**Problem to solve**
Word for word, set down every line of the entries below from the line with "v42 (1238.96148,0,13051.625242)" to the line with "v43 (1430.060214,3.175,12978.417959)", including both, and no other line.

**Data to examine**
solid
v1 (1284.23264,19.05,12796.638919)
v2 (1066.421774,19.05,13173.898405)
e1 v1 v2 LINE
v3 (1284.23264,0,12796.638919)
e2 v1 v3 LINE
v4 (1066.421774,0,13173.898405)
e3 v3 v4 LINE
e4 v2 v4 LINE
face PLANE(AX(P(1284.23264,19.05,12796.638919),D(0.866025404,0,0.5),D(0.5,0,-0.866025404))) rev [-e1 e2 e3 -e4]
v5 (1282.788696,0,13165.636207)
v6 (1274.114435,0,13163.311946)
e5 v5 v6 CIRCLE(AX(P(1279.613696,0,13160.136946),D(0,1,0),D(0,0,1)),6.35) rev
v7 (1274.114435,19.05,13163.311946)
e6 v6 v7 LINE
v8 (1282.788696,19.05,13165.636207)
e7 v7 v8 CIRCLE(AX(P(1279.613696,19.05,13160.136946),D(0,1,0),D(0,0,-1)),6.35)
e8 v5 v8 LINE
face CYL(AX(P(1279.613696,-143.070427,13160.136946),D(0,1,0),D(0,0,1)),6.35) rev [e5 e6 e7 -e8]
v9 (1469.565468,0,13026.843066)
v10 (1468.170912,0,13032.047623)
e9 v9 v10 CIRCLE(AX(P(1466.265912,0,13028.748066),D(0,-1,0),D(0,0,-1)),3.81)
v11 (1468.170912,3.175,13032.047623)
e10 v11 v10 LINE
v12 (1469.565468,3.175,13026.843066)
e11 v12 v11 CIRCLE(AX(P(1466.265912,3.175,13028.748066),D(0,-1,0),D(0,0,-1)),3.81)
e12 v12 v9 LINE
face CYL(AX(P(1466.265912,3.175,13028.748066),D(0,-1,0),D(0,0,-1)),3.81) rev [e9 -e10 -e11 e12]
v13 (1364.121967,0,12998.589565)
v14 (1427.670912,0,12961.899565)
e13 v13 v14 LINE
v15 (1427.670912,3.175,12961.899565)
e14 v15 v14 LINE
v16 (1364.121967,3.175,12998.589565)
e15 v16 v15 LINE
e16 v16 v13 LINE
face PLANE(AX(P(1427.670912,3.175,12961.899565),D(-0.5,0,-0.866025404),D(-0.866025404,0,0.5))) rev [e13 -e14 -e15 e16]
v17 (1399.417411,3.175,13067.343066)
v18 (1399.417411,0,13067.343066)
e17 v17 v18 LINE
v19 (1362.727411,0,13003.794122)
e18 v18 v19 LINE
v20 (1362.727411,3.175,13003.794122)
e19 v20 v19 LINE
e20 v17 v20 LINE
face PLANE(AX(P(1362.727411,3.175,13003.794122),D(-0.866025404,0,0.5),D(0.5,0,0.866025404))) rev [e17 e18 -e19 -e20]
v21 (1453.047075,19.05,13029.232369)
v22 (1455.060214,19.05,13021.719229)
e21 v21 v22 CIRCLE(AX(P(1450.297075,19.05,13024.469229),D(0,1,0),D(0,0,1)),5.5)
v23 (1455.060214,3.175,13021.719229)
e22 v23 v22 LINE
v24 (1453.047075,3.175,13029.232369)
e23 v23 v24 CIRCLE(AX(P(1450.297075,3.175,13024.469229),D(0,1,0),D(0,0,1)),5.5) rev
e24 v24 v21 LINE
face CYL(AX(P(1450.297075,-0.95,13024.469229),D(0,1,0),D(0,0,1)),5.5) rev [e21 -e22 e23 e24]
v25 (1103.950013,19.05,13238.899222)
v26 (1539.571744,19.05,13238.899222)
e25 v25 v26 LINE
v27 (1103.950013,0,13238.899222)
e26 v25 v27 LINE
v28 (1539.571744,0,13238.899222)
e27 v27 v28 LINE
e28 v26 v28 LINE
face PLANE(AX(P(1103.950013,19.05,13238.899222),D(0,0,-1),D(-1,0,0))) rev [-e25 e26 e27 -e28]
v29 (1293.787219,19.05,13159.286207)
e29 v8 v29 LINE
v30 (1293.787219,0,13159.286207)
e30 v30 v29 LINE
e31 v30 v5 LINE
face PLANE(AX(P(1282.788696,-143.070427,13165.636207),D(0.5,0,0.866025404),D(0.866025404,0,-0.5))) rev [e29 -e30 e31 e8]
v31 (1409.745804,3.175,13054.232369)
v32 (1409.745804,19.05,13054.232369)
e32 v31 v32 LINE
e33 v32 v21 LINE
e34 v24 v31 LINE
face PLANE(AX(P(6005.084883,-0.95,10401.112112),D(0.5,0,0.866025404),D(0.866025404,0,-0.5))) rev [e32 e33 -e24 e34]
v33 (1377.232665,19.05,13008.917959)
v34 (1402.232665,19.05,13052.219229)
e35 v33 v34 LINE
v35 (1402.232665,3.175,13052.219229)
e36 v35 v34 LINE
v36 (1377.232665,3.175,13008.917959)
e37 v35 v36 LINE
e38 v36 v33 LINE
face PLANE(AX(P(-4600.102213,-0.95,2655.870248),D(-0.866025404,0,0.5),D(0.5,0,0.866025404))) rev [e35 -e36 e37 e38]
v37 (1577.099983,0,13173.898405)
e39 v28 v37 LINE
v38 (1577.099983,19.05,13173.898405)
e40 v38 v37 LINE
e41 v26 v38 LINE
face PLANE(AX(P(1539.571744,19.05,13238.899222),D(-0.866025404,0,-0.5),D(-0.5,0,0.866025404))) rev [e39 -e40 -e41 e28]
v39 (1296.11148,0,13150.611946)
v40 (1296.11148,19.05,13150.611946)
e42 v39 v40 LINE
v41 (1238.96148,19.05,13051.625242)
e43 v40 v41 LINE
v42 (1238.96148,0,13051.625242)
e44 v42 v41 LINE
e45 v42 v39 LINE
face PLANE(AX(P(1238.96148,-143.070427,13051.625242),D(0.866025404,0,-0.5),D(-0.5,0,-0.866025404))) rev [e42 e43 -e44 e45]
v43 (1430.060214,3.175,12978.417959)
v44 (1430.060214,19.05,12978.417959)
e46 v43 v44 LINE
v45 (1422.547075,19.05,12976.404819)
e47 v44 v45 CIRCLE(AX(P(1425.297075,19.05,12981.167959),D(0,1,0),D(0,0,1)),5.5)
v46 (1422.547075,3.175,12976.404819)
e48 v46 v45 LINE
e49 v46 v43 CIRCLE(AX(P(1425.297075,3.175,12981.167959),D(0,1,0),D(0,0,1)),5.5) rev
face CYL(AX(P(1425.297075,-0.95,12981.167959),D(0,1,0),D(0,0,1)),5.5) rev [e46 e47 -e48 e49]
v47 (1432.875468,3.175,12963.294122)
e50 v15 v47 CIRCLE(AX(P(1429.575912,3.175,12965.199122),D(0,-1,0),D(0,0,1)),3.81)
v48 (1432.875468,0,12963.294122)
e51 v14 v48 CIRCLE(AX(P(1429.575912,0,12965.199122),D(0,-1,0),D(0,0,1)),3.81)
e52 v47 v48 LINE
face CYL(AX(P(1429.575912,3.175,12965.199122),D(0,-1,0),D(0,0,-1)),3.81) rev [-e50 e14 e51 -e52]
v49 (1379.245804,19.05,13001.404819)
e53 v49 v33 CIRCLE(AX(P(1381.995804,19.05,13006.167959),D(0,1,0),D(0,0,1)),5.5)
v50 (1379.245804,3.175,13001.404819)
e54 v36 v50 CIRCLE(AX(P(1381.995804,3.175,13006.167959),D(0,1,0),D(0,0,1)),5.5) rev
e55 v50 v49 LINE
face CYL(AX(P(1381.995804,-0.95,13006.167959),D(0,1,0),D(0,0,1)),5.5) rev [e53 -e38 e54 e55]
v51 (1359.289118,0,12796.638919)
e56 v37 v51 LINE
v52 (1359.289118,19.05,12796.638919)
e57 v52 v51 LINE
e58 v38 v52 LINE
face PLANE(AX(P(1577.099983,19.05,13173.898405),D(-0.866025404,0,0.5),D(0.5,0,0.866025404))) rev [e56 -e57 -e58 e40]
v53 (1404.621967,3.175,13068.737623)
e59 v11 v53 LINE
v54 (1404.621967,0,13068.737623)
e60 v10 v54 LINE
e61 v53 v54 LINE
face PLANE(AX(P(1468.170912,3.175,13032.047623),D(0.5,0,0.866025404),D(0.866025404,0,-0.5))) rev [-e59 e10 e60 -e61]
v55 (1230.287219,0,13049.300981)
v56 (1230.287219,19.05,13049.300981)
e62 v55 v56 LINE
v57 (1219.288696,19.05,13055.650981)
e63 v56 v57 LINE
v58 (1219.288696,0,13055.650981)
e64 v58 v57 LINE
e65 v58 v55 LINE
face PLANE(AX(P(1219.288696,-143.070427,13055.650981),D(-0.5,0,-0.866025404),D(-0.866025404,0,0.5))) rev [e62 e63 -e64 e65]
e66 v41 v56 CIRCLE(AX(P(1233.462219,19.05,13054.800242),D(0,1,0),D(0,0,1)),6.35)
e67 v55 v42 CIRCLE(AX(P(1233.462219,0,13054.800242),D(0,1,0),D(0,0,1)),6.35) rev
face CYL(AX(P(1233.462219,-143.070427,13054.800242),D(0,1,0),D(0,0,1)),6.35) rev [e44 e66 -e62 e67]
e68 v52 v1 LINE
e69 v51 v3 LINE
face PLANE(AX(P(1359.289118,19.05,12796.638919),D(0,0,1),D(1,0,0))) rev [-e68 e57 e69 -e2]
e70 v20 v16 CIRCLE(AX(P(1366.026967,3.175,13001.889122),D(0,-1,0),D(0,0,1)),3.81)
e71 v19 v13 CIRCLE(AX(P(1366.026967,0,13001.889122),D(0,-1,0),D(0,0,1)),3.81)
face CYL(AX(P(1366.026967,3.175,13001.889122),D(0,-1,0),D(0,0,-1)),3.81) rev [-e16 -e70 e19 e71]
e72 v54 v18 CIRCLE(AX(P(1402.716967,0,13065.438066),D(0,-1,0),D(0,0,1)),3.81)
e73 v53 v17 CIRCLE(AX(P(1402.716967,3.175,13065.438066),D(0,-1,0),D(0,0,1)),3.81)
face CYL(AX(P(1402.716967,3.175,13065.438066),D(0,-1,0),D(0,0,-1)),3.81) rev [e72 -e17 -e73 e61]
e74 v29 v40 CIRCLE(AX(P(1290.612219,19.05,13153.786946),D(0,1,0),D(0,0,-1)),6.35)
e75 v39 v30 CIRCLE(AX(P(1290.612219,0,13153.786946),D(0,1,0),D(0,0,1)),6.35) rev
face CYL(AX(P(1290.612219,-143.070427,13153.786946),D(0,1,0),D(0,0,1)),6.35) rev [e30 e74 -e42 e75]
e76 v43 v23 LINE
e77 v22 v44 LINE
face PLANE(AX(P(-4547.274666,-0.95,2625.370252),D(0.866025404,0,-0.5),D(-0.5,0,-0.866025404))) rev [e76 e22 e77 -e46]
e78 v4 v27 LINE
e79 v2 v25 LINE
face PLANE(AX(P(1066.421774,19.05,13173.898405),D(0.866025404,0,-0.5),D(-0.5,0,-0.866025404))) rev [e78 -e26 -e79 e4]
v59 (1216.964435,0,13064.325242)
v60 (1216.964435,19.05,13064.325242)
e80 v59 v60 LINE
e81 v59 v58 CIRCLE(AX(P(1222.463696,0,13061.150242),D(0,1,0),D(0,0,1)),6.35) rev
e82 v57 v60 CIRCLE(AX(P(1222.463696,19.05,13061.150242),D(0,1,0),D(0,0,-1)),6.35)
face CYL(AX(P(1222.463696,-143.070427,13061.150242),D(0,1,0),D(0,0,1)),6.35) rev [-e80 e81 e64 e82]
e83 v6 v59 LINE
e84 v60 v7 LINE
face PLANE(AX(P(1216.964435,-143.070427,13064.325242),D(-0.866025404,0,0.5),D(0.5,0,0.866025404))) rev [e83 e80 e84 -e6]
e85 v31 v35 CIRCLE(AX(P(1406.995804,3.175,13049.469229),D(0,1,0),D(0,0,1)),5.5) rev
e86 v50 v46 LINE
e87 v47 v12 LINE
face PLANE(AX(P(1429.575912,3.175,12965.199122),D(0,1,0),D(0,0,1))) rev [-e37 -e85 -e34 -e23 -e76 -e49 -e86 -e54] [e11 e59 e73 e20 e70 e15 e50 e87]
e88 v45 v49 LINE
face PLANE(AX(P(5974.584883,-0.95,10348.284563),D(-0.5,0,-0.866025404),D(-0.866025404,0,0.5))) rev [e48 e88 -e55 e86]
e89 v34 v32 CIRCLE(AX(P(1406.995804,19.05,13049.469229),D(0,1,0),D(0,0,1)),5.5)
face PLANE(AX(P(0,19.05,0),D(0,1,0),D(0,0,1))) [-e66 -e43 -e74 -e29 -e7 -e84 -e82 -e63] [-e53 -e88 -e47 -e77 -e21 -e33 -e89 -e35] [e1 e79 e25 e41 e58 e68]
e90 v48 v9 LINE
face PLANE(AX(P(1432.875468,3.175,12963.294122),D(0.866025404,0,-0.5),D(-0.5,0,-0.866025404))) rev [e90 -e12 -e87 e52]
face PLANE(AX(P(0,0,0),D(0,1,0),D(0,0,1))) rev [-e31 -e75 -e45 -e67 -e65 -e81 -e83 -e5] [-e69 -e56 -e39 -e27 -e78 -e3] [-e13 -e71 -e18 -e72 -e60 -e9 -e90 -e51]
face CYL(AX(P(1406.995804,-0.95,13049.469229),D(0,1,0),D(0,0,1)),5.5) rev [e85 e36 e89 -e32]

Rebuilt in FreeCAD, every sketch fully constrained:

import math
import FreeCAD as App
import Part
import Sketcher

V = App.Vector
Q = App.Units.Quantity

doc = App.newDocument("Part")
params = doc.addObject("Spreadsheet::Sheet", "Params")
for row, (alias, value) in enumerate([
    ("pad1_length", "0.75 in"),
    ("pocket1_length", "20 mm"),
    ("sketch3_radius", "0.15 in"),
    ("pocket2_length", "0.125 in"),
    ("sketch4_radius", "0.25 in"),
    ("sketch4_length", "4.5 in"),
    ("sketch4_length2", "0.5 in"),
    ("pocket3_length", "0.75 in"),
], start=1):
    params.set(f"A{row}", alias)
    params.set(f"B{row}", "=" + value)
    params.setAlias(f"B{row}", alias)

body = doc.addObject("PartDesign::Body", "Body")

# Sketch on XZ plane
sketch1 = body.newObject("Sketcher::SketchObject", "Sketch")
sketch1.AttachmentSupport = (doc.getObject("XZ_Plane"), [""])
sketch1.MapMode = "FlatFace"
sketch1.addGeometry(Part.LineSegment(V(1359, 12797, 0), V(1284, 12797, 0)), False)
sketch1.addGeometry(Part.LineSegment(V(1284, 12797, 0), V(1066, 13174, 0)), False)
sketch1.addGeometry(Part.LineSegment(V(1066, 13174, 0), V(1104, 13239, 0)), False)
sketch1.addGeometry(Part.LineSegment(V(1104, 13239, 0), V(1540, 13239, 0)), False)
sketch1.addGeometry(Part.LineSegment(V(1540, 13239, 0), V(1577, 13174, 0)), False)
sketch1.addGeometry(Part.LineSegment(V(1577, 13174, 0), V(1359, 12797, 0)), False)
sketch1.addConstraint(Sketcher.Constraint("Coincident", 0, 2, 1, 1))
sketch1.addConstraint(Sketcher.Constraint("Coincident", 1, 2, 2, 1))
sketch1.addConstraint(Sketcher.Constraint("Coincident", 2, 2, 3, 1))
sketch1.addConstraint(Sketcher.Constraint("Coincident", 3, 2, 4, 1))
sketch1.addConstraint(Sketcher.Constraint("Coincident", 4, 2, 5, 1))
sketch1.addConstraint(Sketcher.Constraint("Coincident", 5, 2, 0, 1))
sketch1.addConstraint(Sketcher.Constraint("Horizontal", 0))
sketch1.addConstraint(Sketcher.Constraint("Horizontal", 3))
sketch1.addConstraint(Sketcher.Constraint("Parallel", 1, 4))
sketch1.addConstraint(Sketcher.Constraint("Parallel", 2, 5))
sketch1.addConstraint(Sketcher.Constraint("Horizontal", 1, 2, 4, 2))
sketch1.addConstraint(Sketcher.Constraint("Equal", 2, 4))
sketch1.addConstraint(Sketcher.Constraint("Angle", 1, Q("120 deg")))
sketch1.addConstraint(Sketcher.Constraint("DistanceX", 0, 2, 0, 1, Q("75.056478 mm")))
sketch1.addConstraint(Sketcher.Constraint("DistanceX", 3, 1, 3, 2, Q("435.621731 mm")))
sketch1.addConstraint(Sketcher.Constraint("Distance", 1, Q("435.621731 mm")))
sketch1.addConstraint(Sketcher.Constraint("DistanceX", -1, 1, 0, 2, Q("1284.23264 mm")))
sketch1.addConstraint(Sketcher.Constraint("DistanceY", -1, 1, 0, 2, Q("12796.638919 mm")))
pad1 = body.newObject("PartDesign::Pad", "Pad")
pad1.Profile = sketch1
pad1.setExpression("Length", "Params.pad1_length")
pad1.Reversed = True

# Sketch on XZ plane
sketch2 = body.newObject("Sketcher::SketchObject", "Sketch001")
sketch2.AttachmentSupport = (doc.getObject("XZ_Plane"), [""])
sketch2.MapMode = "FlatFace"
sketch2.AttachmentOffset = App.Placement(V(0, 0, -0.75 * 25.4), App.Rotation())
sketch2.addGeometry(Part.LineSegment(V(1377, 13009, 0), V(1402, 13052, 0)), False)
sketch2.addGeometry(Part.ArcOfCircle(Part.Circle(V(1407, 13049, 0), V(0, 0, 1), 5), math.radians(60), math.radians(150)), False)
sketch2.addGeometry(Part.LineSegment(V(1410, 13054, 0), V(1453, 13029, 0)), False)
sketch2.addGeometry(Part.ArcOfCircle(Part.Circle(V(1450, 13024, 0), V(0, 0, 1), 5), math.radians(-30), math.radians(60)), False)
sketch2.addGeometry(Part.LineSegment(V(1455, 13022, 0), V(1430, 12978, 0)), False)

---

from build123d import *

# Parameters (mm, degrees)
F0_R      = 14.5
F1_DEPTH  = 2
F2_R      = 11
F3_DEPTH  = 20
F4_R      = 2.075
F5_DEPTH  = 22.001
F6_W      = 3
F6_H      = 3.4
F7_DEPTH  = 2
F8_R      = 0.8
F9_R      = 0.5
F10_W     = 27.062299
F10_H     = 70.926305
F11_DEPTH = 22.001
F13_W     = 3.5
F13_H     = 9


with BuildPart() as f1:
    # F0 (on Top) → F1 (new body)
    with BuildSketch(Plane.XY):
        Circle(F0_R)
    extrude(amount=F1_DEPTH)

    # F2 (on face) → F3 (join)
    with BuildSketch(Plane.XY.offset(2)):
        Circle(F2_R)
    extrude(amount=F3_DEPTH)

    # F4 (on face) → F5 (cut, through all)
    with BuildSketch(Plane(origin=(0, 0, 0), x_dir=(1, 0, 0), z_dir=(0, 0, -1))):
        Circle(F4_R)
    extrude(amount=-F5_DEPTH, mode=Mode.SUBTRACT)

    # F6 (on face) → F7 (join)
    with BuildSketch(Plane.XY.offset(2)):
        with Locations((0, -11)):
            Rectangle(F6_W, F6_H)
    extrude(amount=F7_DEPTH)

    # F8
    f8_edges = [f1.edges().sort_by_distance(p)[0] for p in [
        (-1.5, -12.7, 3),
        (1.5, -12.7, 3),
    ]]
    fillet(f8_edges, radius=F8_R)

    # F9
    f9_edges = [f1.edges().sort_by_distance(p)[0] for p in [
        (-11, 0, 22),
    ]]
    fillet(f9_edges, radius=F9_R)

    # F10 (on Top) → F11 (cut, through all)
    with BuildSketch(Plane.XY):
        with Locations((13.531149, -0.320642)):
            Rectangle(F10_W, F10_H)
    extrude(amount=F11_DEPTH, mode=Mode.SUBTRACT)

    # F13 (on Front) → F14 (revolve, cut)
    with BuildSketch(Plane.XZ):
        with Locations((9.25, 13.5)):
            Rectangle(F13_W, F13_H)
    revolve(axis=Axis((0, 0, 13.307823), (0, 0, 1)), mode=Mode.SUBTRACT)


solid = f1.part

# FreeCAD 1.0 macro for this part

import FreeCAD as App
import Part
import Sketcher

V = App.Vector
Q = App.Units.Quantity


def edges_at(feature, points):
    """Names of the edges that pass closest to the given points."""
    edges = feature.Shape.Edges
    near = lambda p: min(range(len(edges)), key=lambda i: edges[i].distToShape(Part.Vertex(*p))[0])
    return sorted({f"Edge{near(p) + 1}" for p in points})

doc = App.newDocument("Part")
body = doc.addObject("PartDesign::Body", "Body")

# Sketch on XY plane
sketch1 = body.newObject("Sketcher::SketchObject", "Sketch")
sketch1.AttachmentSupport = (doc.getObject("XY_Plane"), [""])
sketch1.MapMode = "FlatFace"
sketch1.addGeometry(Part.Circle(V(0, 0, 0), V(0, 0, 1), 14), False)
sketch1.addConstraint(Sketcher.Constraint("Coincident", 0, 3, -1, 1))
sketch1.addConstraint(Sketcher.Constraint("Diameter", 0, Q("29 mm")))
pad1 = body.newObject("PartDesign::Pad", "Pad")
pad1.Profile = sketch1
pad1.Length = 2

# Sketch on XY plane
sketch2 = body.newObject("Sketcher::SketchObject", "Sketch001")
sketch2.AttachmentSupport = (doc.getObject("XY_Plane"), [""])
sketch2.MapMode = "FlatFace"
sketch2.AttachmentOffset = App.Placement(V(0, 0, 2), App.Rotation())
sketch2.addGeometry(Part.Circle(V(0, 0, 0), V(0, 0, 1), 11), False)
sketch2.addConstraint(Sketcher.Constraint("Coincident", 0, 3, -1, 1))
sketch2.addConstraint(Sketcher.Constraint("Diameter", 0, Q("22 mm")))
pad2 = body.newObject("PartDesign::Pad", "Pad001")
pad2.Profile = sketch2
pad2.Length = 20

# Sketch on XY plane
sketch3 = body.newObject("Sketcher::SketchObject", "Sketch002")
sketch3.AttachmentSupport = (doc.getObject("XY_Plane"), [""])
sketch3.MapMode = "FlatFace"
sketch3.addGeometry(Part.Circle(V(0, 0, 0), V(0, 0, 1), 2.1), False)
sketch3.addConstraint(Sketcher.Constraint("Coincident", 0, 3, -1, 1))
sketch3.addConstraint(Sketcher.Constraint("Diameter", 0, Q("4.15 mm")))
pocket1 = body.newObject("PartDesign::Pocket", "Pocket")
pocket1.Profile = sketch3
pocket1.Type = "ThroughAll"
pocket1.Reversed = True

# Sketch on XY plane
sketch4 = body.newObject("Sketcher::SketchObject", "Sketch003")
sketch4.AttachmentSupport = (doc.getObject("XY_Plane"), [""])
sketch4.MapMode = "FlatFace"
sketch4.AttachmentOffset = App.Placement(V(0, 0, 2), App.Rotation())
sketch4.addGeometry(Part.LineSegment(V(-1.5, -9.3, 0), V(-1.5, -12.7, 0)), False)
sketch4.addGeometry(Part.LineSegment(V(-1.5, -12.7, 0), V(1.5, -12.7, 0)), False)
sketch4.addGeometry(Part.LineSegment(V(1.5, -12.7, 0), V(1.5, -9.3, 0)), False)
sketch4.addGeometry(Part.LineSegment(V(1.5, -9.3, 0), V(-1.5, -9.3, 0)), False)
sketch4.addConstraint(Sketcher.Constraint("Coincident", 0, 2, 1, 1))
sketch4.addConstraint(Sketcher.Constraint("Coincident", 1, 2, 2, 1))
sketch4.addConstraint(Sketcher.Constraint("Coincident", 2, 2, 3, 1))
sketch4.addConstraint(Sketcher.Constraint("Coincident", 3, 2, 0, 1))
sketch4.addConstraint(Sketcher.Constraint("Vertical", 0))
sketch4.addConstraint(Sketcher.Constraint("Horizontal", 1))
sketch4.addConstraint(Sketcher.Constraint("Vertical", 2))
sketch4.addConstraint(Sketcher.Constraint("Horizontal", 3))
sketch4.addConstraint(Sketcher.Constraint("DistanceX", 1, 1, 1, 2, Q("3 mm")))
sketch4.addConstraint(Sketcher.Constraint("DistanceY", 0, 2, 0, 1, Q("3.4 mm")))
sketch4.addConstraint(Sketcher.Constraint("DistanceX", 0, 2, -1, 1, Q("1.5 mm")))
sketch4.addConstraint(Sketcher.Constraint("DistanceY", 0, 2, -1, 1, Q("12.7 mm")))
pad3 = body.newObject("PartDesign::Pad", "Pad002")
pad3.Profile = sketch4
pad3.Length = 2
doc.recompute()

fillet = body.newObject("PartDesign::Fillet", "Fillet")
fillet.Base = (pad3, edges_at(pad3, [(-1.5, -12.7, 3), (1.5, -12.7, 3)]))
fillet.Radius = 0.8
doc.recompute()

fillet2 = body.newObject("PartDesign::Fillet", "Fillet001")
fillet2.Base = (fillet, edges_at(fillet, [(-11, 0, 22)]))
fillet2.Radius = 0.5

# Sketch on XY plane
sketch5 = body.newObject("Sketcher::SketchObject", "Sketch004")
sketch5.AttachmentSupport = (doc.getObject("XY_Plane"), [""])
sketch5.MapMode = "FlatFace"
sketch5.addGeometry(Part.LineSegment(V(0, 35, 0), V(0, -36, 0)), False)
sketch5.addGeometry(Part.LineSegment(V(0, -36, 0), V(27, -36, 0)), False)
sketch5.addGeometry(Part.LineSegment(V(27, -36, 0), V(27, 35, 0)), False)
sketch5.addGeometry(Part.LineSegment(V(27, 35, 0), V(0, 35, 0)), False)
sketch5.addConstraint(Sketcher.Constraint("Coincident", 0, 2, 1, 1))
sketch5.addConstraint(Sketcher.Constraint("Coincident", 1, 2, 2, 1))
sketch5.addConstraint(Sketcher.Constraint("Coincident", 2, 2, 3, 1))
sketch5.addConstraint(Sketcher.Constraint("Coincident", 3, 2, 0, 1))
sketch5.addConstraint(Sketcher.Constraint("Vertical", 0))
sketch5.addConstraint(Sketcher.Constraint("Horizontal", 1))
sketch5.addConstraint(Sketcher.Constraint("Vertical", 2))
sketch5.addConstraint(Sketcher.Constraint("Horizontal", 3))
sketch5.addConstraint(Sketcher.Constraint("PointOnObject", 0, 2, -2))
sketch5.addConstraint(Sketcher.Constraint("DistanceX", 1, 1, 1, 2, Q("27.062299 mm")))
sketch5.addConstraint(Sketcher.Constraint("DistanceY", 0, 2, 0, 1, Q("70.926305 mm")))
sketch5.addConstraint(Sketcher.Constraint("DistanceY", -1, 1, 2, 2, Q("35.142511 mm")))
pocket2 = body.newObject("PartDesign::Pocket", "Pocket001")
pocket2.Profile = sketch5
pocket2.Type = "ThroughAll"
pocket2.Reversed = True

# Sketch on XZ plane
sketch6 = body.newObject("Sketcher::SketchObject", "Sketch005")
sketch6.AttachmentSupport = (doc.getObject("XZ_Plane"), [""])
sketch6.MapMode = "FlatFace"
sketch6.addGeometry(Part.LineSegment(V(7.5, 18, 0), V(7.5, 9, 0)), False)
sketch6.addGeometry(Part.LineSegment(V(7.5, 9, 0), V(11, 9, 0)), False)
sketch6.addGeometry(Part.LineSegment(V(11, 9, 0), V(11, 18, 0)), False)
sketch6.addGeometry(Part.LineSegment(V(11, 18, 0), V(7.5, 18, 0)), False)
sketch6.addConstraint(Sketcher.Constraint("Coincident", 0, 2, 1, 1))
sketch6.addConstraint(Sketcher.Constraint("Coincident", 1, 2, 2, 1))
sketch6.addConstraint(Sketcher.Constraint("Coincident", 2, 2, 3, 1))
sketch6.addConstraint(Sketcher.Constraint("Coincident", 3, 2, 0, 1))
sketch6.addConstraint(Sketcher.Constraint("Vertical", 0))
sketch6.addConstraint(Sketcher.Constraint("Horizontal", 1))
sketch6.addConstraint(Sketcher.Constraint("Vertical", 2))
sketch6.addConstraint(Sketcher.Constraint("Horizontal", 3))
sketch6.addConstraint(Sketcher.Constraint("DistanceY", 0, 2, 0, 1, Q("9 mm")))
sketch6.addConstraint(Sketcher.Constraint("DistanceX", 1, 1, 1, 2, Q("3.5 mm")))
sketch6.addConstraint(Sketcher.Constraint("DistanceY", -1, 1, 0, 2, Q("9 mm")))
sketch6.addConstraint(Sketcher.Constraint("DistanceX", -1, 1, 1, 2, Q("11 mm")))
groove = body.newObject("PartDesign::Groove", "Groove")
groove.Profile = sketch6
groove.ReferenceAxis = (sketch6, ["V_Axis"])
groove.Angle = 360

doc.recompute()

**Answer space**
v42 (1238.96148,0,13051.625242)
e44 v42 v41 LINE
e45 v42 v39 LINE
face PLANE(AX(P(1238.96148,-143.070427,13051.625242),D(0.866025404,0,-0.5),D(-0.5,0,-0.866025404))) rev [e42 e43 -e44 e45]
v43 (1430.060214,3.175,12978.417959)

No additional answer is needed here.